[Rd] minor flaw in integrate()

Peter Ruckdeschel Peter.Ruckdeschel at uni-bayreuth.de
Tue Jul 3 17:26:43 CEST 2007


Thanks Martin and Duncan for your
comments,

Martin Maechler wrote:
>>>>>> "DM" == Duncan Murdoch <murdoch at stats.uwo.ca>
>>>>>>     on Mon, 02 Jul 2007 21:56:23 -0400 writes:
> 
>     DM> On 28/06/2007 5:05 PM, Peter Ruckdeschel wrote:
>     >> Hi,
>     >> 
>     >> I noticed a minor flaw in integrate() from package stats:
>     >> 
>     >> Taking up arguments lower and upper from integrate(),
>     >> 
>     >> if (lower ==  Inf) && (upper ==  Inf)
>     >> 
>     >> or
>     >> 
>     >> if (lower == -Inf) && (upper == -Inf)
>     >> 
>     >> integrate() calculates the value for (lower==-Inf) && (upper==Inf).
>     >> 
>     >> Rather, it should return 0.
> 
>     DM> Wouldn't it be better to return NA or NaN, for the same reason Inf/Inf 
>     DM> doesn't return 1?
> 
>     DM> Duncan Murdoch
> 
> Yes indeed, I think it should return NaN.

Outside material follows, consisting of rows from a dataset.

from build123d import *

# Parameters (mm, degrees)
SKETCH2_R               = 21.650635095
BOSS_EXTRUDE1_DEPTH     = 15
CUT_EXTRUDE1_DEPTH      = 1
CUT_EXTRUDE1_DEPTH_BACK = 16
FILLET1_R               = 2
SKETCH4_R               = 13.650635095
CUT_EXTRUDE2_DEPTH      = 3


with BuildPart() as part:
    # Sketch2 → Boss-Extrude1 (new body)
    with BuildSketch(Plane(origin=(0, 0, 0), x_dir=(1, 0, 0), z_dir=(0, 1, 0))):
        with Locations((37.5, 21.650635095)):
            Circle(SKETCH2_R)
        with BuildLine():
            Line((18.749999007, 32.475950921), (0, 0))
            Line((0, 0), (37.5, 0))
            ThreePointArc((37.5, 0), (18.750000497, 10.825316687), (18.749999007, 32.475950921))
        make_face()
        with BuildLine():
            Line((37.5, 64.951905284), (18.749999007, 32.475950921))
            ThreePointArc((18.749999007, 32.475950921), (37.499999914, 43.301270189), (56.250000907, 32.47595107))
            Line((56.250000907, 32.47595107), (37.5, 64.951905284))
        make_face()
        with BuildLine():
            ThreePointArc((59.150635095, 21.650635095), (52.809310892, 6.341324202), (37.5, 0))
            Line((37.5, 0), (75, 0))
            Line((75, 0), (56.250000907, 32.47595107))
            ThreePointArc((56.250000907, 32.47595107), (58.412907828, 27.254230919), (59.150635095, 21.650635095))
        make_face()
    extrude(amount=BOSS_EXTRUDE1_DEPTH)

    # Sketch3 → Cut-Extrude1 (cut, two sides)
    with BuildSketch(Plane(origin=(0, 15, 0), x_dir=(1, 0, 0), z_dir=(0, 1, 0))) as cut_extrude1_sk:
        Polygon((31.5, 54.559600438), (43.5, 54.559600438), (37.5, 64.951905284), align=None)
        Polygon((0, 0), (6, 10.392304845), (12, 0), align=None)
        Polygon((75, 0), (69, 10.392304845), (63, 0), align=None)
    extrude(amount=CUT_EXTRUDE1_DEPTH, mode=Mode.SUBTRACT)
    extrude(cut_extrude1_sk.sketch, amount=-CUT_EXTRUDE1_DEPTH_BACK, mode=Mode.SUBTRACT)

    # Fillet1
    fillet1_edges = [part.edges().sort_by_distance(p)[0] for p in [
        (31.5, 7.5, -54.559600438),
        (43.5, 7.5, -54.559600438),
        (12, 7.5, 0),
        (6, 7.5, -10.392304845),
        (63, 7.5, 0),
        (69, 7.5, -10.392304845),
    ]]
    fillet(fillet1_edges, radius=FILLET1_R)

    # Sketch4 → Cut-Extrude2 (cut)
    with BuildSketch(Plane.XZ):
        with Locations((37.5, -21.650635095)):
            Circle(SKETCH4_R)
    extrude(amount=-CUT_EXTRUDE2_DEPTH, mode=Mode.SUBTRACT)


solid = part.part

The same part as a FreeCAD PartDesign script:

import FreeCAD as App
import Part
import Sketcher
from FreeCAD import Vector
Q = App.Units.Quantity


def edges_at(feature, points):
    """Names of the edges that pass closest to the given points."""
    edges = feature.Shape.Edges
    near = lambda p: min(range(len(edges)), key=lambda i: edges[i].distToShape(Part.Vertex(*p))[0])
    return sorted({f"Edge{near(p) + 1}" for p in points})

doc = App.newDocument("Part")
body = doc.addObject("PartDesign::Body", "Body")

sketch1 = body.newObject("Sketcher::SketchObject", "Sketch")
sketch1.AttachmentSupport = (doc.getObject("XZ_Plane"), [""])
sketch1.MapMode = "FlatFace"
sketch1.addGeometry([
    Part.LineSegment(Vector(19, -32, 0), Vector(0, 0, 0)),
    Part.LineSegment(Vector(0, 0, 0), Vector(75, 0, 0)),
    Part.LineSegment(Vector(75, 0, 0), Vector(56, -32, 0)),
    Part.LineSegment(Vector(56, -32, 0), Vector(38, -65, 0)),
    Part.LineSegment(Vector(38, -65, 0), Vector(19, -32, 0)),
], False)
sketch1.addConstraint([
    Sketcher.Constraint("Coincident", 0, 2, 1, 1),
    Sketcher.Constraint("Coincident", 1, 2, 2, 1),
    Sketcher.Constraint("Coincident", 2, 2, 3, 1),
    Sketcher.Constraint("Coincident", 3, 2, 4, 1),
    Sketcher.Constraint("Coincident", 4, 2, 0, 1),
    Sketcher.Constraint("Horizontal", 1),
    Sketcher.Constraint("Coincident", 0, 2, -1, 1),
    Sketcher.Constraint("Parallel", 2, 3),
    Sketcher.Constraint("Parallel", 0, 4),
    Sketcher.Constraint("Horizontal", 2, 2, 4, 2),
    Sketcher.Constraint("Equal", 0, 2),
    Sketcher.Constraint("DistanceX", 1, 1, 1, 2, 75.0),
    Sketcher.Constraint("Angle", 0, Q("120 deg")),
    Sketcher.Constraint("Distance", 0, 37.499998),
])
pad1 = body.newObject("PartDesign::Pad", "Pad")
pad1.Profile = sketch1
pad1.Length = 15
pad1.Reversed = True

sketch2 = body.newObject("Sketcher::SketchObject", "Sketch001")
sketch2.AttachmentSupport = (doc.getObject("XZ_Plane"), [""])
sketch2.MapMode = "FlatFace"
sketch2.AttachmentOffset = App.Placement(Vector(0, 0, -15), App.Rotation())
sketch2.addGeometry([
    Part.LineSegment(Vector(32, -55, 0), Vector(44, -55, 0)),
    Part.LineSegment(Vector(44, -55, 0), Vector(38, -65, 0)),
    Part.LineSegment(Vector(38, -65, 0), Vector(32, -55, 0)),
    Part.LineSegment(Vector(6, -10, 0), Vector(0, 0, 0)),
    Part.LineSegment(Vector(0, 0, 0), Vector(12, 0, 0)),
    Part.LineSegment(Vector(12, 0, 0), Vector(6, -10, 0)),
    Part.LineSegment(Vector(75, 0, 0), Vector(69, -10, 0)),
    Part.LineSegment(Vector(69, -10, 0), Vector(63, 0, 0)),
    Part.LineSegment(Vector(63, 0, 0), Vector(75, 0, 0)),
], False)
sketch2.addConstraint([
    Sketcher.Constraint("Coincident", 0, 2, 1, 1),
    Sketcher.Constraint("Coincident", 1, 2, 2, 1),
    Sketcher.Constraint("Coincident", 2, 2, 0, 1),
    Sketcher.Constraint("Coincident", 3, 2, 4, 1),
    Sketcher.Constraint("Coincident", 4, 2, 5, 1),
    Sketcher.Constraint("Coincident", 5, 2, 3, 1),
    Sketcher.Constraint("Coincident", 6, 2, 7, 1),
    Sketcher.Constraint("Coincident", 7, 2, 8, 1),
    Sketcher.Constraint("Coincident", 8, 2, 6, 1),
    Sketcher.Constraint("Horizontal", 0),
    Sketcher.Constraint("Horizontal", 4),
    Sketcher.Constraint("Horizontal", 8),
    Sketcher.Constraint("Coincident", 3, 2, -1, 1),
    Sketcher.Constraint("PointOnObject", 7, 2, -1),
    Sketcher.Constraint("Parallel", 2, 3),
    Sketcher.Constraint("Parallel", 1, 5),
    Sketcher.Constraint("Parallel", 5, 6),
    Sketcher.Constraint("Parallel", 3, 7),
    Sketcher.Constraint("Horizontal", 5, 2, 6, 2),
    Sketcher.Constraint("Equal", 0, 4),
    Sketcher.Constraint("Equal", 1, 2),
    Sketcher.Constraint("DistanceX", 0, 1, 0, 2, 12.0),
    Sketcher.Constraint("Angle", 1, Q("-120 deg")),
    Sketcher.Constraint("DistanceX", -1, 1, 6, 2, 69.0),
    Sketcher.Constraint("DistanceX", -1, 1, 0, 2, 43.5),
    Sketcher.Constraint("DistanceY", 0, 2, -1, 1, 54.5596),
])
pocket1 = body.newObject("PartDesign::Pocket", "Pocket")
pocket1.Profile = sketch2
pocket1.Type = "ThroughAll"
pocket1.Midplane = True
doc.recompute()

fillet = body.newObject("PartDesign::Fillet", "Fillet")
fillet.Base = (pocket1, edges_at(pocket1, [
    (31.5, 7.5, -54.56),
    (43.5, 7.5, -54.56),
    (12, 7.5, 0),
    (6, 7.5, -10.392),
    (63, 7.5, 0),
    (69, 7.5, -10.392),
]))
fillet.Radius = 2

sketch3 = body.newObject("Sketcher::SketchObject", "Sketch002")
sketch3.AttachmentSupport = (doc.getObject("XZ_Plane"), [""])
sketch3.MapMode = "FlatFace"
sketch3.addGeometry(Part.Circle(Vector(38, -22, 0), Vector(0, 0, 1), 14), False)
sketch3.addConstraint([
    Sketcher.Constraint("DistanceX", -1, 1, 0, 3, 37.5),
    Sketcher.Constraint("Diameter", 0, 27.30127),
    Sketcher.Constraint("DistanceY", 0, 3, -1, 1, 21.650635),
])
pocket2 = body.newObject("PartDesign::Pocket", "Pocket001")
pocket2.Profile = sketch3
pocket2.Length = 3

doc.recompute()
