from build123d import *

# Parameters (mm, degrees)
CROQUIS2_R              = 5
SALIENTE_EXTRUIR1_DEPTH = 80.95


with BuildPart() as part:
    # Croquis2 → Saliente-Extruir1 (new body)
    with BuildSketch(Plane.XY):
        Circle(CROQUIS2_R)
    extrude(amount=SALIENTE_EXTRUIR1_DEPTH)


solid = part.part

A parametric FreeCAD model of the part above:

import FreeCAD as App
import Part
import Sketcher

V = App.Vector

doc = App.newDocument("Part")
body = doc.addObject("PartDesign::Body", "Body")

# Sketch on XY plane
sketch1 = doc.addObject("Sketcher::SketchObject", "Sketch")
body.addObject(sketch1)
sketch1.AttachmentSupport = (doc.XY_Plane, [""])
sketch1.MapMode = "FlatFace"
sketch1.addGeometry(Part.Circle(V(0, 0, 0), V(0, 0, 1), 5), False)
sketch1.addConstraint([
    Sketcher.Constraint("Coincident", 0, 3, -1, 1),
    Sketcher.Constraint("Diameter", 0, 10.0),
])
pad1 = doc.addObject("PartDesign::Pad", "Pad")
body.addObject(pad1)
pad1.Profile = sketch1
pad1.Length = 80.95

doc.recompute()
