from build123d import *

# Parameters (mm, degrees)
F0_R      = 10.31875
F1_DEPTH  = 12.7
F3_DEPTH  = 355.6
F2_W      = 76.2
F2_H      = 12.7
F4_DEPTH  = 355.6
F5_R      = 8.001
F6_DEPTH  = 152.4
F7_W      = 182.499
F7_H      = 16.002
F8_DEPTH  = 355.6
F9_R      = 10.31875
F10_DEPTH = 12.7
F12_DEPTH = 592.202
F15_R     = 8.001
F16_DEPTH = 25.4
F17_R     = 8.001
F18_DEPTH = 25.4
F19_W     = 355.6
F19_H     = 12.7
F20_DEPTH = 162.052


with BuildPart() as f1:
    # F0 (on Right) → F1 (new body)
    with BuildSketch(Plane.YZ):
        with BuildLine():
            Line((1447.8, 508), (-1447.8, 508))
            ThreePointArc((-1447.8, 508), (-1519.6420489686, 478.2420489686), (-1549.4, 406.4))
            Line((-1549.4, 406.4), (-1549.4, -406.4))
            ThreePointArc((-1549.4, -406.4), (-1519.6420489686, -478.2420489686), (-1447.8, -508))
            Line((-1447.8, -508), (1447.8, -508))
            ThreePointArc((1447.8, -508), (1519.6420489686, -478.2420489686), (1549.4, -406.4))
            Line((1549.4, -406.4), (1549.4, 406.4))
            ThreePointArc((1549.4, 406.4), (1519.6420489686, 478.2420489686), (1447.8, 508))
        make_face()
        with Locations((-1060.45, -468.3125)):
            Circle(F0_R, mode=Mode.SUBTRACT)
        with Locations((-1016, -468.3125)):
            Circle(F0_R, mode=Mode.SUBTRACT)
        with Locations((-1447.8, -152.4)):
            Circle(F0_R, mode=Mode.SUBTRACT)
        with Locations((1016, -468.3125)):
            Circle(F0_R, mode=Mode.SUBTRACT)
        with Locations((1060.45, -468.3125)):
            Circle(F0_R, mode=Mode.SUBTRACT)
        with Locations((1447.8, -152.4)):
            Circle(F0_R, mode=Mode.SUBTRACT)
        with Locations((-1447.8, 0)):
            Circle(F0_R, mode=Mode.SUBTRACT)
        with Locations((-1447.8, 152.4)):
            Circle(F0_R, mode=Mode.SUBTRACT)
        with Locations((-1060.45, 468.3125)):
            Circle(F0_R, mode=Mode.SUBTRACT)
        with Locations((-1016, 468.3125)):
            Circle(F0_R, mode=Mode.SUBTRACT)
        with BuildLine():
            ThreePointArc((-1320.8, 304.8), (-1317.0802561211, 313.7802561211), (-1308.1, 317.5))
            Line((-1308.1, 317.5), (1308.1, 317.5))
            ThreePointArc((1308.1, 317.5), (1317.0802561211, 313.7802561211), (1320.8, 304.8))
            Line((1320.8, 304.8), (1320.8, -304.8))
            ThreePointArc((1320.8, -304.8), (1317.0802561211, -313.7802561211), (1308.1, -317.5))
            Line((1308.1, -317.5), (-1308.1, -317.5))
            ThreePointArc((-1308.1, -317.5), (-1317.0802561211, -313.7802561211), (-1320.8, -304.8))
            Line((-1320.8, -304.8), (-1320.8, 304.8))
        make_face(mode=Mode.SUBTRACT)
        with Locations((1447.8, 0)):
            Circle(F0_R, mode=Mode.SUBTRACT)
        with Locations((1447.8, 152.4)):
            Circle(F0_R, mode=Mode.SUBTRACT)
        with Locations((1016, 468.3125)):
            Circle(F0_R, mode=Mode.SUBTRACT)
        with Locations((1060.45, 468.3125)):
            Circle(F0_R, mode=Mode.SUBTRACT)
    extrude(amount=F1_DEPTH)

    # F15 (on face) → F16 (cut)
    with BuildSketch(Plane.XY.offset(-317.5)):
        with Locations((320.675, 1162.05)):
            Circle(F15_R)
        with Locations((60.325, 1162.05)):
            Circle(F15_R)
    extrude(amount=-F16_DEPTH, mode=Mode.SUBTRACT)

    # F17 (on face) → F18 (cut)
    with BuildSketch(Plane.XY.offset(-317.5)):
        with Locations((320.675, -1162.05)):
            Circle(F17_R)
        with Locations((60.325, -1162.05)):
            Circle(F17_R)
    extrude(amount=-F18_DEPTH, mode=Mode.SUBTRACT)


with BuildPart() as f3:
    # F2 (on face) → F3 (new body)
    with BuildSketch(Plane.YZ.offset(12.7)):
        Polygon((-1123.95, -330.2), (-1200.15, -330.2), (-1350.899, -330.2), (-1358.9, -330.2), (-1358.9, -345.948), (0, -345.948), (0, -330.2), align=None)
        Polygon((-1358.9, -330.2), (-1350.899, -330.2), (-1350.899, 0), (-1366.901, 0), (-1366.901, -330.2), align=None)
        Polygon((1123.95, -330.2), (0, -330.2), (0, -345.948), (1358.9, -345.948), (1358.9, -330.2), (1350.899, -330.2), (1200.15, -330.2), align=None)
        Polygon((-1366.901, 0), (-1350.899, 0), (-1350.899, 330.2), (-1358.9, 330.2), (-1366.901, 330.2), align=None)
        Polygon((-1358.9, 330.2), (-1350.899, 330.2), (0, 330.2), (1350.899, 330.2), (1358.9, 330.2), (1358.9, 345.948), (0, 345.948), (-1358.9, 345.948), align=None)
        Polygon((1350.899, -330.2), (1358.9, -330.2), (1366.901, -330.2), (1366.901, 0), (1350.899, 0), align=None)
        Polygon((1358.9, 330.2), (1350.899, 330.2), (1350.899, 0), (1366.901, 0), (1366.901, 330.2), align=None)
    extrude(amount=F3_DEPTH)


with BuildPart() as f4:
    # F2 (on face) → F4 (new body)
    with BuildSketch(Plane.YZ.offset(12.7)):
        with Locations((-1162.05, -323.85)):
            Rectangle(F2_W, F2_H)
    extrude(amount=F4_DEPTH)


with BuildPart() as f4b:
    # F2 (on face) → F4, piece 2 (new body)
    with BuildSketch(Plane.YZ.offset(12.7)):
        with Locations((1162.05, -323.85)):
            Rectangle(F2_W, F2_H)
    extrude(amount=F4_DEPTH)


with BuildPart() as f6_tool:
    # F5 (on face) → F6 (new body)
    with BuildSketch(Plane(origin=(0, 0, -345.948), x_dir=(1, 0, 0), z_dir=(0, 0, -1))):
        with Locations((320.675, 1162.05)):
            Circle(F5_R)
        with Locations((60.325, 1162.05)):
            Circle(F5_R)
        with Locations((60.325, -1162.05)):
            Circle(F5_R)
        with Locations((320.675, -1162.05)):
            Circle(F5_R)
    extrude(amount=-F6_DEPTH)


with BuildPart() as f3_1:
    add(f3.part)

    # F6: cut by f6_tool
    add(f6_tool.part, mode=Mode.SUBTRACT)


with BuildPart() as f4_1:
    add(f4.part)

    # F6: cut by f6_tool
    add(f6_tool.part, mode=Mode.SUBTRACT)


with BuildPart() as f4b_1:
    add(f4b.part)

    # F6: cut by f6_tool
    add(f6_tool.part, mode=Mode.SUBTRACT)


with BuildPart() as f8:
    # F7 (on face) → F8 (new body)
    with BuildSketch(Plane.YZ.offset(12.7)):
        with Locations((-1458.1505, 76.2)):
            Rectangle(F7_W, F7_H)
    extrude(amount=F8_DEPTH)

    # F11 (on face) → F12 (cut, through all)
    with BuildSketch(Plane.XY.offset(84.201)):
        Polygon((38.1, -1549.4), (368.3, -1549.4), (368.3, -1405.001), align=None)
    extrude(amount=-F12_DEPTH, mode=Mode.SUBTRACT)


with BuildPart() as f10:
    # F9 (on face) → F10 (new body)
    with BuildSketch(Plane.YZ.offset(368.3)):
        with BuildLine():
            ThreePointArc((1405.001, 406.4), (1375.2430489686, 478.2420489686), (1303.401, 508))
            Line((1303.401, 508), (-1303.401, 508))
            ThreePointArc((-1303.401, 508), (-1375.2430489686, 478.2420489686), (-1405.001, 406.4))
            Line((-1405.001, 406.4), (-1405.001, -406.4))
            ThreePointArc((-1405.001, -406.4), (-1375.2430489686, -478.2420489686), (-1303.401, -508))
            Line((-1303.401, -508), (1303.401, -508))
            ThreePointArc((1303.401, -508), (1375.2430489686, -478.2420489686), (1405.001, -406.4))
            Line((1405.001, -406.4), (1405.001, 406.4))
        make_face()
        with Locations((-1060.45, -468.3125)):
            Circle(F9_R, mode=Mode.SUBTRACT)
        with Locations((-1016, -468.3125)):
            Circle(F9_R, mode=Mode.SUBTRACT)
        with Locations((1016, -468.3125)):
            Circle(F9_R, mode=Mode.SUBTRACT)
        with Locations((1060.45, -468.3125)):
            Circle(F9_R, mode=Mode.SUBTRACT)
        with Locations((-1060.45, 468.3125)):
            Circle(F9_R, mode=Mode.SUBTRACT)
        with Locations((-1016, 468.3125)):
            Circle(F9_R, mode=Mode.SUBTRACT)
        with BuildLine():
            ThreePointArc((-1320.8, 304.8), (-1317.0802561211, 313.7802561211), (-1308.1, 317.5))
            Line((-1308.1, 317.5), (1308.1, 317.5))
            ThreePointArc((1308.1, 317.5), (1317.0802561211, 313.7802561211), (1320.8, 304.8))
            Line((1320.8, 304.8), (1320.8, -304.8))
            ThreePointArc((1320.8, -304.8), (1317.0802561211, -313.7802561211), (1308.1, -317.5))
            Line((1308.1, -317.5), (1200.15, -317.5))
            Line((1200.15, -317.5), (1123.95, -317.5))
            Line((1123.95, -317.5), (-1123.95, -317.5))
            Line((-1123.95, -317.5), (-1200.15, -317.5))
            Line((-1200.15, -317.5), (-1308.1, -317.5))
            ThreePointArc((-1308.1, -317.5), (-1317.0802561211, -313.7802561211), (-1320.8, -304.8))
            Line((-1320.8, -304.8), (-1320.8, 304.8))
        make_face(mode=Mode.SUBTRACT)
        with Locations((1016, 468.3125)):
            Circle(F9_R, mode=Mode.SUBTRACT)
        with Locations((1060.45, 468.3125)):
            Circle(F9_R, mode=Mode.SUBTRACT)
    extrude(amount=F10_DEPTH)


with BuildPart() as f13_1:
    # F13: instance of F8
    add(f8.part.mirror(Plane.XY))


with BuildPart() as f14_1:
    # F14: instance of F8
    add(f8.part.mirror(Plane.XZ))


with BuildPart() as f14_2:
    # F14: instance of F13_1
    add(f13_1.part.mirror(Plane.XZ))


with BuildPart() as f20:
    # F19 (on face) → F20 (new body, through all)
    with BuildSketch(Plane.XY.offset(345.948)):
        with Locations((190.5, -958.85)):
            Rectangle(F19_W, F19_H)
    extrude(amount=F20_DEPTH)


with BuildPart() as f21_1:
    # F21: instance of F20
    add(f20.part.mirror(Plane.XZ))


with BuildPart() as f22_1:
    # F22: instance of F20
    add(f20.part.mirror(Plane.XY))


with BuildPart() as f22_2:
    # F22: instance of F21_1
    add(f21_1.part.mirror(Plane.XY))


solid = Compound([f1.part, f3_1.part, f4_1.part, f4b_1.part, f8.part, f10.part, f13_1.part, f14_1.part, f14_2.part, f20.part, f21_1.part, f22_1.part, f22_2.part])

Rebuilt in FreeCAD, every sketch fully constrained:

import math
import FreeCAD as App
import Part
import Sketcher
Q = App.Units.Quantity


def add_polygon(sketch, points):
    """Adds a closed chain of lines whose ends are joined by coincident constraints."""
    first, n = sketch.GeometryCount, len(points)
    for a, b in zip(points, points[1:] + points[:1]):
        sketch.addGeometry(Part.LineSegment(App.Vector(*a, 0), App.Vector(*b, 0)), False)
    for i in range(n):
        sketch.addConstraint(Sketcher.Constraint("Coincident", first + i, 2, first + (i + 1) % n, 1))

doc = App.newDocument("Part")
body = doc.addObject("PartDesign::Body", "Body")

sketch1 = doc.addObject("Sketcher::SketchObject", "Sketch")
body.addObject(sketch1)
sketch1.AttachmentSupport = (doc.YZ_Plane, [""])
sketch1.MapMode = "FlatFace"
sketch1.addGeometry(Part.LineSegment(App.Vector(1448, 508, 0), App.Vector(-1448, 508, 0)), False)
sketch1.addGeometry(Part.ArcOfCircle(Part.Circle(App.Vector(-1448, 406, 0), App.Vector(0, 0, 1), 102), math.radians(90), math.radians(180)), False)
sketch1.addGeometry(Part.LineSegment(App.Vector(-1549, 406, 0), App.Vector(-1549, -406, 0)), False)
sketch1.addGeometry(Part.ArcOfCircle(Part.Circle(App.Vector(-1448, -406, 0), App.Vector(0, 0, 1), 102), math.radians(180), math.radians(270)), False)
sketch1.addGeometry(Part.LineSegment(App.Vector(-1448, -508, 0), App.Vector(1448, -508, 0)), False)
sketch1.addGeometry(Part.ArcOfCircle(Part.Circle(App.Vector(1448, -406, 0), App.Vector(0, 0, 1), 102), math.radians(-90), math.radians(0)), False)
sketch1.addGeometry(Part.LineSegment(App.Vector(1549, -406, 0), App.Vector(1549, 406, 0)), False)
sketch1.addGeometry(Part.ArcOfCircle(Part.Circle(App.Vector(1448, 406, 0), App.Vector(0, 0, 1), 102), math.radians(0), math.radians(90)), False)
sketch1.addGeometry(Part.Circle(App.Vector(-1060, -468, 0), App.Vector(0, 0, 1), 10), False)
sketch1.addGeometry(Part.Circle(App.Vector(-1016, -468, 0), App.Vector(0, 0, 1), 10), False)
sketch1.addGeometry(Part.Circle(App.Vector(-1448, -152, 0), App.Vector(0, 0, 1), 10), False)
sketch1.addGeometry(Part.Circle(App.Vector(1016, -468, 0), App.Vector(0, 0, 1), 10), False)
sketch1.addGeometry(Part.Circle(App.Vector(1060, -468, 0), App.Vector(0, 0, 1), 10), False)
sketch1.addGeometry(Part.Circle(App.Vector(1448, -152, 0), App.Vector(0, 0, 1), 10), False)
sketch1.addGeometry(Part.Circle(App.Vector(-1448, 0, 0), App.Vector(0, 0, 1), 10), False)
sketch1.addGeometry(Part.Circle(App.Vector(-1448, 152, 0), App.Vector(0, 0, 1), 10), False)
sketch1.addGeometry(Part.Circle(App.Vector(-1060, 468, 0), App.Vector(0, 0, 1), 10), False)
sketch1.addGeometry(Part.Circle(App.Vector(-1016, 468, 0), App.Vector(0, 0, 1), 10), False)
sketch1.addGeometry(Part.LineSegment(App.Vector(-1321, -305, 0), App.Vector(-1321, 305, 0)), False)
sketch1.addGeometry(Part.ArcOfCircle(Part.Circle(App.Vector(-1308, 305, 0), App.Vector(0, 0, 1), 13), math.radians(90), math.radians(180)), False)
sketch1.addGeometry(Part.LineSegment(App.Vector(-1308, 318, 0), App.Vector(1308, 318, 0)), False)
sketch1.addGeometry(Part.ArcOfCircle(Part.Circle(App.Vector(1308, 305, 0), App.Vector(0, 0, 1), 13), math.radians(0), math.radians(90)), False)
sketch1.addGeometry(Part.LineSegment(App.Vector(1321, 305, 0), App.Vector(1321, -305, 0)), False)
sketch1.addGeometry(Part.ArcOfCircle(Part.Circle(App.Vector(1308, -305, 0), App.Vector(0, 0, 1), 13), math.radians(-90), math.radians(0)), False)
sketch1.addGeometry(Part.LineSegment(App.Vector(1308, -318, 0), App.Vector(-1308, -318, 0)), False)
sketch1.addGeometry(Part.ArcOfCircle(Part.Circle(App.Vector(-1308, -305, 0), App.Vector(0, 0, 1), 13), math.radians(180), math.radians(270)), False)
sketch1.addGeometry(Part.Circle(App.Vector(1448, 0, 0), App.Vector(0, 0, 1), 10), False)
sketch1.addGeometry(Part.Circle(App.Vector(1448, 152, 0), App.Vector(0, 0, 1), 10), False)
sketch1.addGeometry(Part.Circle(App.Vector(1016, 468, 0), App.Vector(0, 0, 1), 10), False)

not quite convinced --- or more precisely:

[ Let's assume lower = upper = Inf here,
  case lower = upper = -Inf is analogue ]

I'd say it depends on whether the (Lebesgue-) integral

   integral(f, lower = <some finite value>, upper = Inf)

is well defined. Then, by dominated convergence, the integral should
default to 0.

But I admit that then a test

     is.finite(integrate(f, lower = <some finite value>, upper = Inf)$value)

would be adequate, too, which makes evaluation a little more expensive :-(

If, otoh

   integrate(f, lower = <some finite value>, upper = Inf)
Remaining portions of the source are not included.